**Task instructions**.
Would you return the lines between the one holding "f 256 47 255" and the one holding "f 236 234 86", inclusive, and only those, exactly as they stand in the listing below?

**Recorded information**.
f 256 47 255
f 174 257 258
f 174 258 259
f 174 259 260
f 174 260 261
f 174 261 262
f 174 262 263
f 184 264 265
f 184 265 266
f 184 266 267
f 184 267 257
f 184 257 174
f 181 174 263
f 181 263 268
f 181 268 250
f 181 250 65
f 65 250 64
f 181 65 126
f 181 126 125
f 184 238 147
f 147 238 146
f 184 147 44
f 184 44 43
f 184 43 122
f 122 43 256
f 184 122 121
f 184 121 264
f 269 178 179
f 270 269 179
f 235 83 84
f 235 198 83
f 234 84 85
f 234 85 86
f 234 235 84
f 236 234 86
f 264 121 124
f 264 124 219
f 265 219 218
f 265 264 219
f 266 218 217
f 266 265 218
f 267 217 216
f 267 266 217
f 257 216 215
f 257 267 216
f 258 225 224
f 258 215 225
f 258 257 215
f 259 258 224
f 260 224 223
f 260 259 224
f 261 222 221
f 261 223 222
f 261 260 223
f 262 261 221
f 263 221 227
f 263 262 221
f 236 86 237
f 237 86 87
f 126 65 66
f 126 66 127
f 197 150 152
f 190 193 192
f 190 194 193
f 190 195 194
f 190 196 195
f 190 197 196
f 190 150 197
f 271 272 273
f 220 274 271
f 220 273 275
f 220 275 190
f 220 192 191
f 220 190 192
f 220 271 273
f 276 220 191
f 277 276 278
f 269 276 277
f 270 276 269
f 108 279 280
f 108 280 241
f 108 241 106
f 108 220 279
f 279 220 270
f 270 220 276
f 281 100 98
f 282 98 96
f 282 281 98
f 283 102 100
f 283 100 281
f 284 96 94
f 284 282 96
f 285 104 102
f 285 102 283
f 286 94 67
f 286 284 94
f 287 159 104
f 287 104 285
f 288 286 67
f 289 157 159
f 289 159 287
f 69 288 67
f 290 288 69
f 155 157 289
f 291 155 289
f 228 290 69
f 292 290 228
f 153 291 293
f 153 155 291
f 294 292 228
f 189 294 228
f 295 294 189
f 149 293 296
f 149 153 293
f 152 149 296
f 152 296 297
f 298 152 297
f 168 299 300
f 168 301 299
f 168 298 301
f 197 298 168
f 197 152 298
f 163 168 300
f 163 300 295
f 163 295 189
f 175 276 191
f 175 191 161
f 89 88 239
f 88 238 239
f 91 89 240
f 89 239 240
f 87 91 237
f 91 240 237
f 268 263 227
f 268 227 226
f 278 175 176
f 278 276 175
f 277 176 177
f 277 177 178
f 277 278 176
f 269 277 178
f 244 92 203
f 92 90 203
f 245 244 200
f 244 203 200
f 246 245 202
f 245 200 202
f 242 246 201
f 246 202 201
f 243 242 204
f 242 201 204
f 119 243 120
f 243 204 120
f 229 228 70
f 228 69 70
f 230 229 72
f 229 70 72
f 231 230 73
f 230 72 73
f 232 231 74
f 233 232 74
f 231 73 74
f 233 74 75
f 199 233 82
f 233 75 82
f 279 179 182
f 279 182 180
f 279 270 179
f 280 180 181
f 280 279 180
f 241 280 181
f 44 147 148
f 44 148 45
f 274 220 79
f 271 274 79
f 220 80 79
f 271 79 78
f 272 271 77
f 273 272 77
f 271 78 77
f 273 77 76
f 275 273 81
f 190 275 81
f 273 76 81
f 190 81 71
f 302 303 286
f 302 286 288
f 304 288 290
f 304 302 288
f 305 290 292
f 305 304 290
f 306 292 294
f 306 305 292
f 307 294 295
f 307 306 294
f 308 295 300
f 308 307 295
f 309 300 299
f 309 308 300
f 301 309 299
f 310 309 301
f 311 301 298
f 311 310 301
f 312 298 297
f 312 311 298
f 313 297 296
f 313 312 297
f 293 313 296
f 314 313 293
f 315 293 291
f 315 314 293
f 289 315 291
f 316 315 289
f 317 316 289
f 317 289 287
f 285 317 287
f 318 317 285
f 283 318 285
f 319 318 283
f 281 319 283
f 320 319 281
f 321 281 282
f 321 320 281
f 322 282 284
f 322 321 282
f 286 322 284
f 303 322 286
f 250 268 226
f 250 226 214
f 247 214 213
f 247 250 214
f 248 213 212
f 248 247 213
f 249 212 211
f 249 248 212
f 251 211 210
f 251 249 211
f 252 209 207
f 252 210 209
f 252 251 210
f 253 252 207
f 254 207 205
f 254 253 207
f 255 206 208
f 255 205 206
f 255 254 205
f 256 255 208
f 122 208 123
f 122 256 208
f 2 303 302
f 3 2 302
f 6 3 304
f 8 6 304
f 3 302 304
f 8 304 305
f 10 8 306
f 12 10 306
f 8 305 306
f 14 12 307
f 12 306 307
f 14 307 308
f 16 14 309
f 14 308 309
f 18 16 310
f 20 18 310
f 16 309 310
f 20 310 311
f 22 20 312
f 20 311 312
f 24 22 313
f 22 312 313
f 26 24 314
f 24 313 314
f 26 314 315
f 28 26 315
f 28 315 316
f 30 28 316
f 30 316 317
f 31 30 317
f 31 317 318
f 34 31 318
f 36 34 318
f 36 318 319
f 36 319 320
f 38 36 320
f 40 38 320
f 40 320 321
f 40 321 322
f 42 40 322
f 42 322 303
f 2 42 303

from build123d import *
...
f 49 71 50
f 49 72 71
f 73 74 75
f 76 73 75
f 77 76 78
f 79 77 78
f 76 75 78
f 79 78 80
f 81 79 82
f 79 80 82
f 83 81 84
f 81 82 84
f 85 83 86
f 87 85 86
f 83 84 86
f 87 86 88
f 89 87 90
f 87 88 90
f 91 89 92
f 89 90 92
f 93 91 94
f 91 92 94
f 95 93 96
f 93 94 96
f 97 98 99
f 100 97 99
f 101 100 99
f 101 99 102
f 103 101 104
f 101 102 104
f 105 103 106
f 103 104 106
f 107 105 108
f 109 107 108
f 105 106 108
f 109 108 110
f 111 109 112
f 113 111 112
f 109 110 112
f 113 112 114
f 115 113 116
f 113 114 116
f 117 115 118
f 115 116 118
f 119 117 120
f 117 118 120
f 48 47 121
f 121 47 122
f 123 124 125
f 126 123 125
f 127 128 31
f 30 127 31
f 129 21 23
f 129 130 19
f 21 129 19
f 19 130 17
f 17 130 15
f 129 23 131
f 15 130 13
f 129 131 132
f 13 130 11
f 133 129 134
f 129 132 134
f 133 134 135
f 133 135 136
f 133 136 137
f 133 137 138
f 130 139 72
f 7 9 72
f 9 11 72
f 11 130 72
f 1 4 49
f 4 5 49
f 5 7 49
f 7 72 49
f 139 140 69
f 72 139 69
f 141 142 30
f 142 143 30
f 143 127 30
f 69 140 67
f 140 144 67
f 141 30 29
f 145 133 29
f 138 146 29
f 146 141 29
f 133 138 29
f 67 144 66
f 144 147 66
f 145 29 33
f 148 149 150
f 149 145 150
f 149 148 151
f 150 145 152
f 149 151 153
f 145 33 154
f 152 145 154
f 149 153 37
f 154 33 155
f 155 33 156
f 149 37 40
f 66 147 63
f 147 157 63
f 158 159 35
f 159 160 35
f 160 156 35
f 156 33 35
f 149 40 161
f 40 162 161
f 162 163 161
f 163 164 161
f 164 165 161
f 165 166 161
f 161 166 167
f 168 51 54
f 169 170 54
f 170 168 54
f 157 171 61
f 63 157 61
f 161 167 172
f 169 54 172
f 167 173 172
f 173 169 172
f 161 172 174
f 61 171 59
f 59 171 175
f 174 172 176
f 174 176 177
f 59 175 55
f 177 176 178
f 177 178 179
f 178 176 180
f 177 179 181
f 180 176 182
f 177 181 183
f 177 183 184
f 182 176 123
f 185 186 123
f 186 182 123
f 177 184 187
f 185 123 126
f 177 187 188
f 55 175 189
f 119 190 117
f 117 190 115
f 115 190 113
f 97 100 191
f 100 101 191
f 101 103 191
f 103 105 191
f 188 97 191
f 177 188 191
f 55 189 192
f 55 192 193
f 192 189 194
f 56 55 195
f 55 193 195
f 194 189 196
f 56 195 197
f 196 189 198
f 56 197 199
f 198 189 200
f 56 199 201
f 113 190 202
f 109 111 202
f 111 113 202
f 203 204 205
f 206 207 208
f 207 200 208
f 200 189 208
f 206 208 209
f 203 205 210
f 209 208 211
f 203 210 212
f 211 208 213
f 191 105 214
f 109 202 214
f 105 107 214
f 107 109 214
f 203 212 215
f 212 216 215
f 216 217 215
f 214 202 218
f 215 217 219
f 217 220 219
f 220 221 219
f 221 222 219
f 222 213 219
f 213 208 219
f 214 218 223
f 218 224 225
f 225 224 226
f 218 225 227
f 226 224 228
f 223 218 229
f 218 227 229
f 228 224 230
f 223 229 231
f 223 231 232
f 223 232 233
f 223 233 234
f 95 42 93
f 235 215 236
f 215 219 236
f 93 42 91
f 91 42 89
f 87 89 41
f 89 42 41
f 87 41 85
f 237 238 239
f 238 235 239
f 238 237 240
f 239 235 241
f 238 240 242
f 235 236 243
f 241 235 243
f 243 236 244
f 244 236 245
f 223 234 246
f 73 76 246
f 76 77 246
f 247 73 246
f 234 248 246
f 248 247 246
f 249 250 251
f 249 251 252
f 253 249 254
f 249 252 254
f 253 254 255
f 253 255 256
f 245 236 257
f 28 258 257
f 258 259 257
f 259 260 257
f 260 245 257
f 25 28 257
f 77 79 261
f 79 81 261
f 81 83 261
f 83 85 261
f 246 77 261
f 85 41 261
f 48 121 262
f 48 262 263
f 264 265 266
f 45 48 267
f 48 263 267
---
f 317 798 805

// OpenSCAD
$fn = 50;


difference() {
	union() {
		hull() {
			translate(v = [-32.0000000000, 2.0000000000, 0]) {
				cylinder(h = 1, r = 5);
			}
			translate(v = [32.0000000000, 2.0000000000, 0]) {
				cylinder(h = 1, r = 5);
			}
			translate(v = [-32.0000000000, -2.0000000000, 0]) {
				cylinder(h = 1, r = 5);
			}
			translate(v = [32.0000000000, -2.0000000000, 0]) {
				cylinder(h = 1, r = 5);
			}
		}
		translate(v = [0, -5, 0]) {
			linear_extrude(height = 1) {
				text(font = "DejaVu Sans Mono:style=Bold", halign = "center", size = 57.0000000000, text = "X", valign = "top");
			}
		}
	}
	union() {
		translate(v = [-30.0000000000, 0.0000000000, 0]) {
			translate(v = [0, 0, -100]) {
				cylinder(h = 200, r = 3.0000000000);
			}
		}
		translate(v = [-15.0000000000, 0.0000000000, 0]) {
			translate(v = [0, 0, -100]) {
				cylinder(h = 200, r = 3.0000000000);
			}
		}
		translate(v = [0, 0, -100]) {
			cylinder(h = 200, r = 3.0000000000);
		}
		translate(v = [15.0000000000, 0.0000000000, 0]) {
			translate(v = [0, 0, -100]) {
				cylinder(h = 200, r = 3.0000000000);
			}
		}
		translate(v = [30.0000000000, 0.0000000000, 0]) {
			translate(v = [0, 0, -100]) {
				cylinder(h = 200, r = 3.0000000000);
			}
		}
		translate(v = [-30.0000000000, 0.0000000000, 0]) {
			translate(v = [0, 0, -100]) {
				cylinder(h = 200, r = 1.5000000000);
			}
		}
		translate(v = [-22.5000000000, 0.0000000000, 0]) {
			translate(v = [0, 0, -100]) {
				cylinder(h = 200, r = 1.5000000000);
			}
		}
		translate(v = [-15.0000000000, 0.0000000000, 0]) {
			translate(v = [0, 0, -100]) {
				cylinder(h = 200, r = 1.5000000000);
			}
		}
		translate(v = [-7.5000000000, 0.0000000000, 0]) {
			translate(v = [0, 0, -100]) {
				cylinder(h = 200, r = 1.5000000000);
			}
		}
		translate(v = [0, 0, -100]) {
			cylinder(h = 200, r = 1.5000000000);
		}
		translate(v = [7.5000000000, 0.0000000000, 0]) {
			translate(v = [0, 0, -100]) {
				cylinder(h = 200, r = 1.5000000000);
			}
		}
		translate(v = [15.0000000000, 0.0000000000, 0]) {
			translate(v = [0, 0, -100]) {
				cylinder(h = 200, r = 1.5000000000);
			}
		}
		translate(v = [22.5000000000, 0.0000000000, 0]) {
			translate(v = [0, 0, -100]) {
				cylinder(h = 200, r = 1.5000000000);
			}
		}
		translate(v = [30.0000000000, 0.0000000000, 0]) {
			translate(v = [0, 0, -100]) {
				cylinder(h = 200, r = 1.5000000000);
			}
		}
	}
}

**Reply to the task**.
f 256 47 255
f 174 257 258
f 174 258 259
f 174 259 260
f 174 260 261
f 174 261 262
f 174 262 263
f 184 264 265
f 184 265 266
f 184 266 267
f 184 267 257
f 184 257 174
f 181 174 263
f 181 263 268
f 181 268 250
f 181 250 65
f 65 250 64
f 181 65 126
f 181 126 125
f 184 238 147
f 147 238 146
f 184 147 44
f 184 44 43
f 184 43 122
f 122 43 256
f 184 122 121
f 184 121 264
f 269 178 179
f 270 269 179
f 235 83 84
f 235 198 83
f 234 84 85
f 234 85 86
f 234 235 84
f 236 234 86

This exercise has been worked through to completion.